# [The task]
Return the records exactly, from the first line through the "#15=CARTESIAN_POINT('',(3.,0.,0.));" line.

# [Material provided]
--------------------------------------------------
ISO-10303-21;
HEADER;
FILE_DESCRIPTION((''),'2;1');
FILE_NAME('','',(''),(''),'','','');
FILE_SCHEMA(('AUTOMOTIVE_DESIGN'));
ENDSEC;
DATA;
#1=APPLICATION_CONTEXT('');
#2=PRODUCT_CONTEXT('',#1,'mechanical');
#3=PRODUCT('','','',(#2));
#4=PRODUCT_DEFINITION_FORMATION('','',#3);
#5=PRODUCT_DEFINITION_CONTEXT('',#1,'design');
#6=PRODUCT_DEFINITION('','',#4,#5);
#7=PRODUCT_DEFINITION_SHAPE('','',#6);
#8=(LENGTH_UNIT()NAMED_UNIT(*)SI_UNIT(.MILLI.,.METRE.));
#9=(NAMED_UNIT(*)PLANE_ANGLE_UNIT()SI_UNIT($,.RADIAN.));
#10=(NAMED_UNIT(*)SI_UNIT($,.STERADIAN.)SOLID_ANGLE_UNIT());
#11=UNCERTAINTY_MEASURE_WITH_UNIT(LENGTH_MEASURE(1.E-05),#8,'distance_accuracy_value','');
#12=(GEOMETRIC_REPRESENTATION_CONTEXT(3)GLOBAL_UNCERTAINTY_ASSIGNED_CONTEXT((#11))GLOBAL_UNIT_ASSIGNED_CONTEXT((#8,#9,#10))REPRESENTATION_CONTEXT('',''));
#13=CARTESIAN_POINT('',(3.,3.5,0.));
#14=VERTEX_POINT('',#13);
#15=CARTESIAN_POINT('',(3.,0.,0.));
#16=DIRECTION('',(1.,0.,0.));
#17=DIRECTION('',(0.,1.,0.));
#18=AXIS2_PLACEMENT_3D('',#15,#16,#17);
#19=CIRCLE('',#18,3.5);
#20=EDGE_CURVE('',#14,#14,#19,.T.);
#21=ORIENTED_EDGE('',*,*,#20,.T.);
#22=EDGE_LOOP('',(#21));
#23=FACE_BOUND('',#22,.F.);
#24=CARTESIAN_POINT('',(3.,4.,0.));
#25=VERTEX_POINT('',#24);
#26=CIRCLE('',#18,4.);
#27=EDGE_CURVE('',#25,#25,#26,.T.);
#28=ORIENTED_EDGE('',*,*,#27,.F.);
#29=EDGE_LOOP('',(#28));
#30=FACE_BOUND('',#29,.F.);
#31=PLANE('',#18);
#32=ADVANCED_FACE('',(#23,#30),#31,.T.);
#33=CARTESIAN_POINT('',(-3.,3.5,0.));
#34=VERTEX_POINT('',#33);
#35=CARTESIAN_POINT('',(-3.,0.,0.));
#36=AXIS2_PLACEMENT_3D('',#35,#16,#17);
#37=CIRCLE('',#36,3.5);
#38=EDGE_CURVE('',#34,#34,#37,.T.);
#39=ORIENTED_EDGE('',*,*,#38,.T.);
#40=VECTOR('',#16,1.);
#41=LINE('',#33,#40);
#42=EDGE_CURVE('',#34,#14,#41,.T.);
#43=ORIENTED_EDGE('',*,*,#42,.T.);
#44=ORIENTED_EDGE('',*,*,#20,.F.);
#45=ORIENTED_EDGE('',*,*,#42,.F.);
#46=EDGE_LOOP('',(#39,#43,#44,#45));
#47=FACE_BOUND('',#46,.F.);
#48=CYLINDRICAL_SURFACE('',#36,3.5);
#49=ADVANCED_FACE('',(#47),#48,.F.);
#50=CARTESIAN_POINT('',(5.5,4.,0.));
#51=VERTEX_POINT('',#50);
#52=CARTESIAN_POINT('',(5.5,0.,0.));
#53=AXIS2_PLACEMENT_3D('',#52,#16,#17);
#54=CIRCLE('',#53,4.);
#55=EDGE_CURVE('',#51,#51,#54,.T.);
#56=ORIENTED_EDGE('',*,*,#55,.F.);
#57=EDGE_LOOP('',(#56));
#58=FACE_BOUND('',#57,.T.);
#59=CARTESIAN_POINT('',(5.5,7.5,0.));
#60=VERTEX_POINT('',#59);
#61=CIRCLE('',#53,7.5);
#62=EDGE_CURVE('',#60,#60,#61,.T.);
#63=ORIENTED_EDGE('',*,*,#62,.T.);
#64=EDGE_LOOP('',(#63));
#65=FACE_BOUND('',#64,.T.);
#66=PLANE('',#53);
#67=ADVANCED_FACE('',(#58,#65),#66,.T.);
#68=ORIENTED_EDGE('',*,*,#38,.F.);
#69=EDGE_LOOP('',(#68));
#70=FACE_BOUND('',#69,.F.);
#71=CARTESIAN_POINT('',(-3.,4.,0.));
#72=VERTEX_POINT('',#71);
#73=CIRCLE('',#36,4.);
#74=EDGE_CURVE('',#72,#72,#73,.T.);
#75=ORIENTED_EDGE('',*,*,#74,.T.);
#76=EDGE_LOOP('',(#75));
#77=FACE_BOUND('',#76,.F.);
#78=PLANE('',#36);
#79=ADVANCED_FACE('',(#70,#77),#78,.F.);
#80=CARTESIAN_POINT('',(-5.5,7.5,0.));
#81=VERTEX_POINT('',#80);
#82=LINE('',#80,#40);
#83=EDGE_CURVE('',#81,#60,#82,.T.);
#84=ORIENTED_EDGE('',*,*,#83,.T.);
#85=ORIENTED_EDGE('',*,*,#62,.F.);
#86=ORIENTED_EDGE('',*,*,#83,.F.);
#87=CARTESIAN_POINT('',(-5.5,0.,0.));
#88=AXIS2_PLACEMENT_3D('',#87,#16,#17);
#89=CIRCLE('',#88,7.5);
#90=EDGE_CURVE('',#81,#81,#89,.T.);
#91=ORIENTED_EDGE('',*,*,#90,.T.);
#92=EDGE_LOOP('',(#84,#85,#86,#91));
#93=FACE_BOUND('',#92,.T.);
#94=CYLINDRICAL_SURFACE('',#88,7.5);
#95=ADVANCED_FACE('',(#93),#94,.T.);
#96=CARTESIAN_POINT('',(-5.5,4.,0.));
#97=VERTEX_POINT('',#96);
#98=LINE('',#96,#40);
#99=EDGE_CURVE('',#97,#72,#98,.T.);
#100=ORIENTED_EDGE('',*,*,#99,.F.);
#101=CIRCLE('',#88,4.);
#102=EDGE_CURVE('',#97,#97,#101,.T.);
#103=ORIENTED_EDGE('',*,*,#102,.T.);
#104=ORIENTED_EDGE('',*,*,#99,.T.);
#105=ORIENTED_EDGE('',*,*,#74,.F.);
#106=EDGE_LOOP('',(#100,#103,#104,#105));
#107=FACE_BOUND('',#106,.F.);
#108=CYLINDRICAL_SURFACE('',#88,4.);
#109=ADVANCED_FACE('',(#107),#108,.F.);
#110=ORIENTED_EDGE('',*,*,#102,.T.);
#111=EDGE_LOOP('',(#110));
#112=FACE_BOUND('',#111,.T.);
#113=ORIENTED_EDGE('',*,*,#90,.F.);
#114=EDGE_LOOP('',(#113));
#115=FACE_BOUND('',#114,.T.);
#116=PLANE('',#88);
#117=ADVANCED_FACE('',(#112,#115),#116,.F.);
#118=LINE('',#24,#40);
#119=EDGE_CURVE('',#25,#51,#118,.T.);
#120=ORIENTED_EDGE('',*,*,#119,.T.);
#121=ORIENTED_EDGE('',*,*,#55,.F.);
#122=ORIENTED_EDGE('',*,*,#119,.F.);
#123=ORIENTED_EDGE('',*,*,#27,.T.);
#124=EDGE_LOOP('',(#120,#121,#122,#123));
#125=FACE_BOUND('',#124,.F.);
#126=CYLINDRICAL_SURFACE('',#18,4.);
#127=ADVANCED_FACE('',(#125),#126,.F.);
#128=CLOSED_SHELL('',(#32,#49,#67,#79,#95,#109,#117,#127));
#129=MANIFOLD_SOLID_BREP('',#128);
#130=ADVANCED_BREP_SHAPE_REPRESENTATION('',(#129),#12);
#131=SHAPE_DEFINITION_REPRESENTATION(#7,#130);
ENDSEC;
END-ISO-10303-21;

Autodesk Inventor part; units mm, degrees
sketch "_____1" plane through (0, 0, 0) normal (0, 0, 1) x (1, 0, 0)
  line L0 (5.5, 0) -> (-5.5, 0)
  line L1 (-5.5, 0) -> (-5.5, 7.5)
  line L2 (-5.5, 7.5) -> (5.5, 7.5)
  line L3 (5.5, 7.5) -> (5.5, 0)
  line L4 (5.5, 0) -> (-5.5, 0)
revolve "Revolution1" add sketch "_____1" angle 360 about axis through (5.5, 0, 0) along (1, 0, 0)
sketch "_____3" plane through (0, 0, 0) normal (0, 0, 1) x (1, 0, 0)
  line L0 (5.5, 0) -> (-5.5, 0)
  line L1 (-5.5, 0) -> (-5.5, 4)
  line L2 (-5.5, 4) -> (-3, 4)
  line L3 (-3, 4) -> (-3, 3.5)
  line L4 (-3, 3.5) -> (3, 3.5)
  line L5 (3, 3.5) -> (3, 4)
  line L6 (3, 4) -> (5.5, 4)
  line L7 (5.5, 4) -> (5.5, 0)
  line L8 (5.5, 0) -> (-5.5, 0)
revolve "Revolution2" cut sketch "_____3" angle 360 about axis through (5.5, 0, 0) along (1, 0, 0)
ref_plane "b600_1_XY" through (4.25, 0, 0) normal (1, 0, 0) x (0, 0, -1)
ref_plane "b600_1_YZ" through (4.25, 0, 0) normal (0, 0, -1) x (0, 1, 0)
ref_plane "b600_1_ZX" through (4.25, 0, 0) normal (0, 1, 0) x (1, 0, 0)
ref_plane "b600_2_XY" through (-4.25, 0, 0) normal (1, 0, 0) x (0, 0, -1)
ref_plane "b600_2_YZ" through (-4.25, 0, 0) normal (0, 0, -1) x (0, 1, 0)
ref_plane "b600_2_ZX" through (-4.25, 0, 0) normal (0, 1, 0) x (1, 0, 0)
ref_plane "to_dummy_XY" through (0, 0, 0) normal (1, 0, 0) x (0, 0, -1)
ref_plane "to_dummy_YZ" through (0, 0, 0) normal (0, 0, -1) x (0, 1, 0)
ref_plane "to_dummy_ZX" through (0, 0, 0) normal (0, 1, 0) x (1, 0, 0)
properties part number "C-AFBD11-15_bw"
--------------------------------------------------
# [Your response]
ISO-10303-21;
HEADER;
FILE_DESCRIPTION((''),'2;1');
FILE_NAME('','',(''),(''),'','','');
FILE_SCHEMA(('AUTOMOTIVE_DESIGN'));
ENDSEC;
DATA;
#1=APPLICATION_CONTEXT('');
#2=PRODUCT_CONTEXT('',#1,'mechanical');
#3=PRODUCT('','','',(#2));
#4=PRODUCT_DEFINITION_FORMATION('','',#3);
#5=PRODUCT_DEFINITION_CONTEXT('',#1,'design');
#6=PRODUCT_DEFINITION('','',#4,#5);
#7=PRODUCT_DEFINITION_SHAPE('','',#6);
#8=(LENGTH_UNIT()NAMED_UNIT(*)SI_UNIT(.MILLI.,.METRE.));
#9=(NAMED_UNIT(*)PLANE_ANGLE_UNIT()SI_UNIT($,.RADIAN.));
#10=(NAMED_UNIT(*)SI_UNIT($,.STERADIAN.)SOLID_ANGLE_UNIT());
#11=UNCERTAINTY_MEASURE_WITH_UNIT(LENGTH_MEASURE(1.E-05),#8,'distance_accuracy_value','');
#12=(GEOMETRIC_REPRESENTATION_CONTEXT(3)GLOBAL_UNCERTAINTY_ASSIGNED_CONTEXT((#11))GLOBAL_UNIT_ASSIGNED_CONTEXT((#8,#9,#10))REPRESENTATION_CONTEXT('',''));
#13=CARTESIAN_POINT('',(3.,3.5,0.));
#14=VERTEX_POINT('',#13);
#15=CARTESIAN_POINT('',(3.,0.,0.));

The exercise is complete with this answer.